Je vous ai copié un extrait du blog de Guy Sorman, qui corrobore ce que je vous disais il y a deux semaines sur Airbus.
A cela, j'ajoute quelques remarques :
> Boeing est certes subventionné, mais l'Etat américain s'abstient absolument d'intervenir dans sa gestion.
> les organisations naissent, grandissent et meurent, mais il est rarissime qu'elles se réforment, il y a donc tout lieu d'être pessimiste pour Airbus. La démission de C. Streiff vient renforcer ce pessimisme.
> La chance d'Airbus, probablement la seule raison véritable d'espérer, est que les compagnies aériennes ne pourront tolérer un monopole de Boeing et que l'émergence d'un véritable concurrent du duopole actuel, qu'il soit brésilien, russe ou chinois prendra du temps. Mais la nature a horreur du vide et si la langueur d'Airbus se prolongeait (à l'échelle du temps aéronautique, dix ans), nul doute que cela lui serait fatal.
> Enfin, il n'y a de richesses que d'hommes et ça peut aussi être une chance pour Airbus, même si elle est plus difficile à évaluer.
> La statistique sur le travailleur américain plus heureux de son sort que le travailleur français renvoie à notre société à deux vitesses : les protégés, fonctionnaires et employés de grosses boites, n'ont guère de raison de se plaindre, mais les exposés ? Un employé de PME a autant de risque qu'un américain de perdre son travail sauf qu'il n'a pratiquement aucune chance d'en retrouver un rapidement, contrairement à ce dernier. L'ultra-protection des uns génère l'ultra-exposition des autres, et ça n'a que bien peu de à voir avec l'ultra-libéralisme !
Airbus entre deux capitalismes
À suivre Edmund Phelps, Professeur à Columbia, New York , qui vient de recevoir le Prix Nobel d’économie, l’Europe continentale et les Etats-Unis ne vivent pas dans le même système économique ; le terme trop général, selon lui, d’économie de marché, recouvre des marchandises différentes. Le capitalisme américain et la social-démocratie franco-germano-italienne obéissent, le premier à une logique financière, le second à une logique sociale.
Aux Etats-Unis, le profit détermine la survie ou la disparition d’une entreprise ; en Europe, l’entreprise doit survivre parce qu’elle procure des emplois, qu’elle soit profitable ou pas. Nul ne conteste l’efficacité globalement supérieure du capitalisme américain sur la croissance et l’innovation. Mais quel système est le plus moral ? Phelps, se fondant sur des études d’opinions transatlantiques homogènes , conclut à la supériorité morale du capitalisme financier américain : les salariés américains seraient globalement plus satisfaits de leur travail que les Européens . Tout en reconnaissant le caractère précaire de leur situation. À quoi tient ce paradoxe ? Au sentiment, aux Etats-Unis, de participer à une grande aventure individuelle et collective : on perd son job mais on en retrouve un .
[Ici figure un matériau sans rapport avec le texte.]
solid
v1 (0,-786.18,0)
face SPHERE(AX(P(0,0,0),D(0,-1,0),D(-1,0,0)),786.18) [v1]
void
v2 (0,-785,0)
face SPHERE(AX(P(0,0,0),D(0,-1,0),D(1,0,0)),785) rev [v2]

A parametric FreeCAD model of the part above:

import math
import FreeCAD as App
import Part
import Sketcher
Q = App.Units.Quantity

doc = App.newDocument("Part")
body = doc.addObject("PartDesign::Body", "Body")

sketch1 = doc.addObject("Sketcher::SketchObject", "Sketch")
body.addObject(sketch1)
sketch1.AttachmentSupport = (doc.XY_Plane, [""])
sketch1.MapMode = "FlatFace"
sketch1.addGeometry(Part.LineSegment(App.Vector(0, 785, 0), App.Vector(0, 786.18, 0)), False)
sketch1.addGeometry(Part.ArcOfCircle(Part.Circle(App.Vector(0, 0, 0), App.Vector(0, 0, 1), 786.18), math.radians(90), math.radians(270)), False)
sketch1.addGeometry(Part.LineSegment(App.Vector(0, -786.18, 0), App.Vector(0, -785, 0)), False)
sketch1.addGeometry(Part.ArcOfCircle(Part.Circle(App.Vector(0, 0, 0), App.Vector(0, 0, 1), 785), math.radians(90), math.radians(270)), False)
sketch1.addConstraint(Sketcher.Constraint("Coincident", 0, 2, 1, 1))
sketch1.addConstraint(Sketcher.Constraint("Coincident", 1, 2, 2, 1))
sketch1.addConstraint(Sketcher.Constraint("Coincident", 2, 2, 3, 2))
sketch1.addConstraint(Sketcher.Constraint("Coincident", 3, 1, 0, 1))
sketch1.addConstraint(Sketcher.Constraint("Vertical", 0))
sketch1.addConstraint(Sketcher.Constraint("Vertical", 2))
sketch1.addConstraint(Sketcher.Constraint("Coincident", 1, 3, -1, 1))
sketch1.addConstraint(Sketcher.Constraint("Coincident", 3, 3, -1, 1))
sketch1.addConstraint(Sketcher.Constraint("PointOnObject", 0, 2, -2))
sketch1.addConstraint(Sketcher.Constraint("PointOnObject", 2, 2, -2))
sketch1.addConstraint(Sketcher.Constraint("Radius", 3, Q("785 mm")))
sketch1.addConstraint(Sketcher.Constraint("Radius", 1, Q("786.18 mm")))
revolution = doc.addObject("PartDesign::Revolution", "Revolution")
body.addObject(revolution)
revolution.Profile = sketch1
revolution.ReferenceAxis = (sketch1, ["V_Axis"])
revolution.Angle = 360

doc.recompute()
Bon, les freudo-marxistes en déduiront que les travailleurs américains sont aliénés.
À la lumière de Phelps, on peut comparer Boeing et Airbus, capitalisme financier contre capitalisme social.
Jusqu’ici, Airbus, création publique à l’origine, a produit des avions, des emplois mais pas des profits. Mais Airbus pourra-t-il affronter le défi de la mondialisation et de l’innovation [les profits sont absolument indispensables pour financer l'innovation]? À suivre Phelps, la réponse est non : Airbus est plombé par la politique et la diplomatie .
Diagnostic que partagent apparemment ses actionnaires et ses dirigeants. Pour survivre, Airbus doit donc passer du capitalisme social au capitalisme financier : changer de logique économique sans changer de continent ? Si Airbus y parvient, il conviendra que Phelps renonce à son prix Nobel.